____ Data excerpts

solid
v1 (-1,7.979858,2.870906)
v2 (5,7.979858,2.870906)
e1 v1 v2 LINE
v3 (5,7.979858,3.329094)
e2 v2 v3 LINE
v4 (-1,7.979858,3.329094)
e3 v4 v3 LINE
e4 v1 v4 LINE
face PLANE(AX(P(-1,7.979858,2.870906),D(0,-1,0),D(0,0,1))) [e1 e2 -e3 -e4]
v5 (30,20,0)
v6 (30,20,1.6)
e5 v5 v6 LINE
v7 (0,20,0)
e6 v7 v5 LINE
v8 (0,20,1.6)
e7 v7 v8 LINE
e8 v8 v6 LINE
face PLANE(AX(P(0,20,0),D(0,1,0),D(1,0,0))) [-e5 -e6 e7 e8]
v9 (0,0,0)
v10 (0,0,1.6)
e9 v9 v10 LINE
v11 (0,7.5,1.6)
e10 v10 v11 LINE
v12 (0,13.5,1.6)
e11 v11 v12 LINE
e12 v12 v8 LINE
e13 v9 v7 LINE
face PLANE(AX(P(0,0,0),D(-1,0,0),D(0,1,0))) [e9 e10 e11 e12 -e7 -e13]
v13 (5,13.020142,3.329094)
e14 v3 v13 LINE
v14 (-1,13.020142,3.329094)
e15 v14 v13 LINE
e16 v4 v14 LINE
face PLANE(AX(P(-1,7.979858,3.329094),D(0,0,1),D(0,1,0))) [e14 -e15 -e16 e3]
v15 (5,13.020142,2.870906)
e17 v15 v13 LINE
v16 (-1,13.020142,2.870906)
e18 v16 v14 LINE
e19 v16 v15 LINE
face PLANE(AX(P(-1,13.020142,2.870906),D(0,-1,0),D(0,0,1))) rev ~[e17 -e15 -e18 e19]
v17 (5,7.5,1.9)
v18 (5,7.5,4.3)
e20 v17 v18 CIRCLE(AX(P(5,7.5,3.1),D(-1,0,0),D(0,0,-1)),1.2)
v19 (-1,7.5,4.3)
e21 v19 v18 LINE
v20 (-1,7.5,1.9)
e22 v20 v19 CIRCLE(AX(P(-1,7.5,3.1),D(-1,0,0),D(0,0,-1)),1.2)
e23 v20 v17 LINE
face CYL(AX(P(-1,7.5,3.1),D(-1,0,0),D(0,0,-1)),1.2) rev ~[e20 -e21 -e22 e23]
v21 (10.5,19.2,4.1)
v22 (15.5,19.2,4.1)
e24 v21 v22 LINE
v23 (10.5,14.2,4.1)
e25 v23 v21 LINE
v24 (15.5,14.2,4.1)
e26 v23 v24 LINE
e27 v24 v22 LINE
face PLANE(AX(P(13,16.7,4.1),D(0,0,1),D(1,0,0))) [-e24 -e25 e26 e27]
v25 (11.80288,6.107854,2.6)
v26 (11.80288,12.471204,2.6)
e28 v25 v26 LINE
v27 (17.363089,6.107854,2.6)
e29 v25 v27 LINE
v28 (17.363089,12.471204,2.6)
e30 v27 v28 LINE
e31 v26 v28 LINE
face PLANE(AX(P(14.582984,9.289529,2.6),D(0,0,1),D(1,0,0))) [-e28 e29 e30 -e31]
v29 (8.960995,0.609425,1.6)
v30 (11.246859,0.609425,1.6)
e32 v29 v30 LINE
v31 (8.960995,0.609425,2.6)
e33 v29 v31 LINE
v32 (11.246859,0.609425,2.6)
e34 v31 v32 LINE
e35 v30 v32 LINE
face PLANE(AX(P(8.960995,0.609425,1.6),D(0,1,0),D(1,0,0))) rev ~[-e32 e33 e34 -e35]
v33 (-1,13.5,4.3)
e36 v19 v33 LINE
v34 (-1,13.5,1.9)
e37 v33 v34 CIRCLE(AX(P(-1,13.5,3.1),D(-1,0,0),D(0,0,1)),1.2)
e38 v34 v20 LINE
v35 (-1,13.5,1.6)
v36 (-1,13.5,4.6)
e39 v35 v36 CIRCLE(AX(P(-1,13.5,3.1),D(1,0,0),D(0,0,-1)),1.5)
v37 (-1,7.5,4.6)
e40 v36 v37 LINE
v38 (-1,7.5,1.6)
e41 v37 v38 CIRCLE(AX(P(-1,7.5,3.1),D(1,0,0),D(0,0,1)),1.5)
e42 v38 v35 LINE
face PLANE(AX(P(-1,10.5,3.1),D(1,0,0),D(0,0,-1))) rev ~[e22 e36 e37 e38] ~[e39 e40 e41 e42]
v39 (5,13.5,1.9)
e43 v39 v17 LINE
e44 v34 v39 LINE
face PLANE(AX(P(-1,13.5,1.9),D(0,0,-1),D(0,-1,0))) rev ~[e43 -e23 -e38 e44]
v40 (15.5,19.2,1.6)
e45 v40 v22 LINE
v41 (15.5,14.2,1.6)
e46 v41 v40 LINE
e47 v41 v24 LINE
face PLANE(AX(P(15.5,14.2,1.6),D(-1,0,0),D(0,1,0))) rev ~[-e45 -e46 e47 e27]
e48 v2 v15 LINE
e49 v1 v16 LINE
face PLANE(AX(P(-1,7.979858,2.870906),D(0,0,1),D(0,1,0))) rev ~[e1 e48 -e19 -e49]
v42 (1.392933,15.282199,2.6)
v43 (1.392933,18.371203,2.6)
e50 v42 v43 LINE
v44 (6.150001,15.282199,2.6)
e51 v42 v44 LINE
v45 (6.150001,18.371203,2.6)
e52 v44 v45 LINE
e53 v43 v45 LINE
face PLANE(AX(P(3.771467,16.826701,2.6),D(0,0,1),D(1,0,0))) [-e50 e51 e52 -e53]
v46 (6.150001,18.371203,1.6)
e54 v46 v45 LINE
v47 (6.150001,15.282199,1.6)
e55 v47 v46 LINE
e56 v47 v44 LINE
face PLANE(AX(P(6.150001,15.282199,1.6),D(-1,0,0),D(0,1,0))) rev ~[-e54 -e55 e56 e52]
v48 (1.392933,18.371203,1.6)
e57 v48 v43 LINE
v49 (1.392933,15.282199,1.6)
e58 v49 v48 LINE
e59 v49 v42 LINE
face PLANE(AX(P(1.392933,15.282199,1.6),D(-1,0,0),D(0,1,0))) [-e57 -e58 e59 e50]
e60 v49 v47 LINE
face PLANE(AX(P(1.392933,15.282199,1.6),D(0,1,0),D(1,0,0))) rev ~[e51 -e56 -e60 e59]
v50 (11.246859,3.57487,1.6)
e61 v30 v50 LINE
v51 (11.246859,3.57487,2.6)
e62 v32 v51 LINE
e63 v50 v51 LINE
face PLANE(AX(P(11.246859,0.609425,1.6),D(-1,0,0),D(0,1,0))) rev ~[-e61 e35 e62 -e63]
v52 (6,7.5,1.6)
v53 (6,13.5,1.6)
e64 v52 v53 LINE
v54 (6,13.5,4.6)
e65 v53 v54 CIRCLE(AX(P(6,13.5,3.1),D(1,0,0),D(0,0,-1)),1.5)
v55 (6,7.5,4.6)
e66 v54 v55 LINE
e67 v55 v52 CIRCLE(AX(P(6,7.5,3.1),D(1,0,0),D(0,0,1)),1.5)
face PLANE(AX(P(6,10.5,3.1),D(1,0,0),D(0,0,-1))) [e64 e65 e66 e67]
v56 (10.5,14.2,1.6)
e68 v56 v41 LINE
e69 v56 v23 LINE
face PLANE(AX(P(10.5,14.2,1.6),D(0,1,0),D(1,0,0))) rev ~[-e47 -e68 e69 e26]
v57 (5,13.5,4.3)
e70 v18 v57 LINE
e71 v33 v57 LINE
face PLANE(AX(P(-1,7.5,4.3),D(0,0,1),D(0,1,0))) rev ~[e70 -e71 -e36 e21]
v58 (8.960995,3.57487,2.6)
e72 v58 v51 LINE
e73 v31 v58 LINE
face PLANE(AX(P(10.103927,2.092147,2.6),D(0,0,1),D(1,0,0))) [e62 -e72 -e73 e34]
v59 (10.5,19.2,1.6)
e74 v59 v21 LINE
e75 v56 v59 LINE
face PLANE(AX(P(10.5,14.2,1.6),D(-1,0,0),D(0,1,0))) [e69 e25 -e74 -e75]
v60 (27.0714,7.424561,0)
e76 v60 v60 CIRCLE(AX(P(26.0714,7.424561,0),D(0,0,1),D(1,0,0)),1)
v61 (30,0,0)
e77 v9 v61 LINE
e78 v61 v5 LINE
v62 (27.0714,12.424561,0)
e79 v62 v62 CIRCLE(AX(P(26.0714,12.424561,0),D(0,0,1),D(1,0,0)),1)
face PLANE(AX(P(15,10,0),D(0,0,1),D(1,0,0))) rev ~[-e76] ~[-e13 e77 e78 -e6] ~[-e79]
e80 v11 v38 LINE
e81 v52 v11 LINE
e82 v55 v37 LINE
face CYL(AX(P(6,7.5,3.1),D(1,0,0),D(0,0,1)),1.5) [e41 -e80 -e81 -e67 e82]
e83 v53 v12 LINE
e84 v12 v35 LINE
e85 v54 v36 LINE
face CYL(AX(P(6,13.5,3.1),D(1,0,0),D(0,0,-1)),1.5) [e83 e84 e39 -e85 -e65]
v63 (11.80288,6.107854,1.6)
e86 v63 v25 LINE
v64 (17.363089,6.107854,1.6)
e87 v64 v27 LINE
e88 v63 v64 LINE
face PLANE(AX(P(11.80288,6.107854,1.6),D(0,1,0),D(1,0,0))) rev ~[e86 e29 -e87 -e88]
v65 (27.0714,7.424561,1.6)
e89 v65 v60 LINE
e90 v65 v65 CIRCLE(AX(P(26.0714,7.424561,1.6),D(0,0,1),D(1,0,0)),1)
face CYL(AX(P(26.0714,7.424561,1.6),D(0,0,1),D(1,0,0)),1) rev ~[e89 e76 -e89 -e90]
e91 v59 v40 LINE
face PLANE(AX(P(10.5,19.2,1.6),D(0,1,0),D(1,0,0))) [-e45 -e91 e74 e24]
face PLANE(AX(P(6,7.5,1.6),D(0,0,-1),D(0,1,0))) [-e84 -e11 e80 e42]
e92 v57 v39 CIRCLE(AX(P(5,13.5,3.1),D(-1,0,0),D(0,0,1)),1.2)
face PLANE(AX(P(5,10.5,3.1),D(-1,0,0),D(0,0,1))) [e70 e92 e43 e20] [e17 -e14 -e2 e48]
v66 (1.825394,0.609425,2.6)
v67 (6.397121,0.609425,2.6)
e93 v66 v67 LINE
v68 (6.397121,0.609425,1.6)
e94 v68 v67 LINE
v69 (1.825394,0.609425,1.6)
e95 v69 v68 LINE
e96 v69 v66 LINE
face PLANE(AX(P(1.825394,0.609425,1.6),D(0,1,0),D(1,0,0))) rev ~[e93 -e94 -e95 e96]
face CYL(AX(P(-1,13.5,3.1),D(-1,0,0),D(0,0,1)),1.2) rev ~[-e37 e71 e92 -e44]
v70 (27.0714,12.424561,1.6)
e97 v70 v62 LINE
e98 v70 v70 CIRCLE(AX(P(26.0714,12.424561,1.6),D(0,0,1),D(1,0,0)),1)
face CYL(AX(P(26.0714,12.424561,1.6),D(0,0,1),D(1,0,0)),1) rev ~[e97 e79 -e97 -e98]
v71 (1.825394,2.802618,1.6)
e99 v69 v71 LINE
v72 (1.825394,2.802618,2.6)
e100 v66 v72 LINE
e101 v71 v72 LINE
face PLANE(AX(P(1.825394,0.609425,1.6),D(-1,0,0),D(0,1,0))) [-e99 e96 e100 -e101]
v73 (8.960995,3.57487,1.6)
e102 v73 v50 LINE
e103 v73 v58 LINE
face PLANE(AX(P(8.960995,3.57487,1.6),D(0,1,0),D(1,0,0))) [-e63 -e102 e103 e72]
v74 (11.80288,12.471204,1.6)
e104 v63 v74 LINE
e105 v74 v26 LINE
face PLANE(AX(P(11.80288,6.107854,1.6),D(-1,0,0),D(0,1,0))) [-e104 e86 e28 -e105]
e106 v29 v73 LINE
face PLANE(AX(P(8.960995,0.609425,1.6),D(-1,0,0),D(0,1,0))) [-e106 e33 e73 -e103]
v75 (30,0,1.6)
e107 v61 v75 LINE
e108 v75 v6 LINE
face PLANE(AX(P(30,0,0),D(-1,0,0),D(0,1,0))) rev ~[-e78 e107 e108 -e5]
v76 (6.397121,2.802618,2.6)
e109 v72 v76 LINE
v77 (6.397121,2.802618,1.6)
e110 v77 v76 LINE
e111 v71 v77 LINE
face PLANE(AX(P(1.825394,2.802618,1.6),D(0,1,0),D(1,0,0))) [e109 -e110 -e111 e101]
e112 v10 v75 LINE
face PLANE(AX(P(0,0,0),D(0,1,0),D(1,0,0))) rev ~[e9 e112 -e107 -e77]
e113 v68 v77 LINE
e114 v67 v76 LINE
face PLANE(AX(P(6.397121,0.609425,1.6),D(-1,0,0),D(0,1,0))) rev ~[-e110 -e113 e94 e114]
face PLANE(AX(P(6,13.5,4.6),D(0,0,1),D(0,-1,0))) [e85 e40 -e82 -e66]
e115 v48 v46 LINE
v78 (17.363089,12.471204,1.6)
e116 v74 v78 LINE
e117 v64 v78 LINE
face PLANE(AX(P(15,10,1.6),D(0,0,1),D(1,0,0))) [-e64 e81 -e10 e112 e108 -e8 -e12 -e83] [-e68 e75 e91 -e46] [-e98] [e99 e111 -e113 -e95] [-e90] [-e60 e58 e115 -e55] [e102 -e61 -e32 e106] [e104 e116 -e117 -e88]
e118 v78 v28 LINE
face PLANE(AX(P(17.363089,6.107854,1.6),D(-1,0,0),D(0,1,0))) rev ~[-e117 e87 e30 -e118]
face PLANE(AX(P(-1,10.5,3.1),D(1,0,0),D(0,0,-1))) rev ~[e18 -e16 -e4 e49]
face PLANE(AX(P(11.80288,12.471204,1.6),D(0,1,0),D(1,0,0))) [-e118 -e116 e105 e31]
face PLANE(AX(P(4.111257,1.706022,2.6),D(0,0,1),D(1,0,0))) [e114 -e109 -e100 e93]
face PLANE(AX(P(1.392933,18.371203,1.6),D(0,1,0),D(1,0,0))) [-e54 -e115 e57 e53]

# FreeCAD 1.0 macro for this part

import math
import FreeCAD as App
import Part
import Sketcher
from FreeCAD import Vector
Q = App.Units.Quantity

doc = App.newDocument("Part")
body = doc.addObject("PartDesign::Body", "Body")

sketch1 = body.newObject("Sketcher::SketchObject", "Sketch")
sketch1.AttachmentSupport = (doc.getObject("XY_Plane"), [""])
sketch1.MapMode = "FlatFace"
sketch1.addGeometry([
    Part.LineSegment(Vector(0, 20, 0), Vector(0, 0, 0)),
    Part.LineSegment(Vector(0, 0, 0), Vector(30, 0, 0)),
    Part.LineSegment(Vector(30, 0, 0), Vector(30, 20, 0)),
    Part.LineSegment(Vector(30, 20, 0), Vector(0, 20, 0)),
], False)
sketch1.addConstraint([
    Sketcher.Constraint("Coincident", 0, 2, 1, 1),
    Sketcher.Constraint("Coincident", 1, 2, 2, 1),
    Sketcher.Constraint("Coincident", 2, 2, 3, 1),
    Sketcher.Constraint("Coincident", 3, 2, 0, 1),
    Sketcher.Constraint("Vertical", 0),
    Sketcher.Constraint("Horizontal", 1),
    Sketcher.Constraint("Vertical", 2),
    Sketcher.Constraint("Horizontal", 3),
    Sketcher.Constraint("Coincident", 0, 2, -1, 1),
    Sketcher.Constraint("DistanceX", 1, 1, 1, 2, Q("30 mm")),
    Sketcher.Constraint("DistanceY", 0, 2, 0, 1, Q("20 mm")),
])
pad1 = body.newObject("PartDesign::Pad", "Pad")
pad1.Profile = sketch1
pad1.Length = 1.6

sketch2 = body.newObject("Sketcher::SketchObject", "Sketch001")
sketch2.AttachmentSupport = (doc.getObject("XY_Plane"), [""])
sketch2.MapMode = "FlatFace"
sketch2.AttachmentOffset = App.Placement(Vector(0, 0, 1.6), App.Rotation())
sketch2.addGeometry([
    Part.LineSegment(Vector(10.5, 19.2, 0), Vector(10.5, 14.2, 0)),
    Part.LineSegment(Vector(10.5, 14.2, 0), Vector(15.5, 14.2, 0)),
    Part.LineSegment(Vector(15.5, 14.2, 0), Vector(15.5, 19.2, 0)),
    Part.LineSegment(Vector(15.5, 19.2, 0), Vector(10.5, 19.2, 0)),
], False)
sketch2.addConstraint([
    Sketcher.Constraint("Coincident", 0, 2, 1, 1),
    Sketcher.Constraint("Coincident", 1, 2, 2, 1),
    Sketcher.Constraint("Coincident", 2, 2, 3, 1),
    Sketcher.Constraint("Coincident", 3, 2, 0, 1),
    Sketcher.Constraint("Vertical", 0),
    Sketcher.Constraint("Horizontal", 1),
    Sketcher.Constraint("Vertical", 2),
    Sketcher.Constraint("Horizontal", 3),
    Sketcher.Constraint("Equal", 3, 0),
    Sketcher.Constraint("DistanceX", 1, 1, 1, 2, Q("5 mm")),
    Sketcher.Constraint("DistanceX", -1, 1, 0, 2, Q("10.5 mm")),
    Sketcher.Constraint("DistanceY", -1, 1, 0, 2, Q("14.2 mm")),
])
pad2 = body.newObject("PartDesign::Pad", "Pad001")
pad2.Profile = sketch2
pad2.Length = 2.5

________

Say how many lines in the entries include the word "CIRCLE", with no text around the number.

12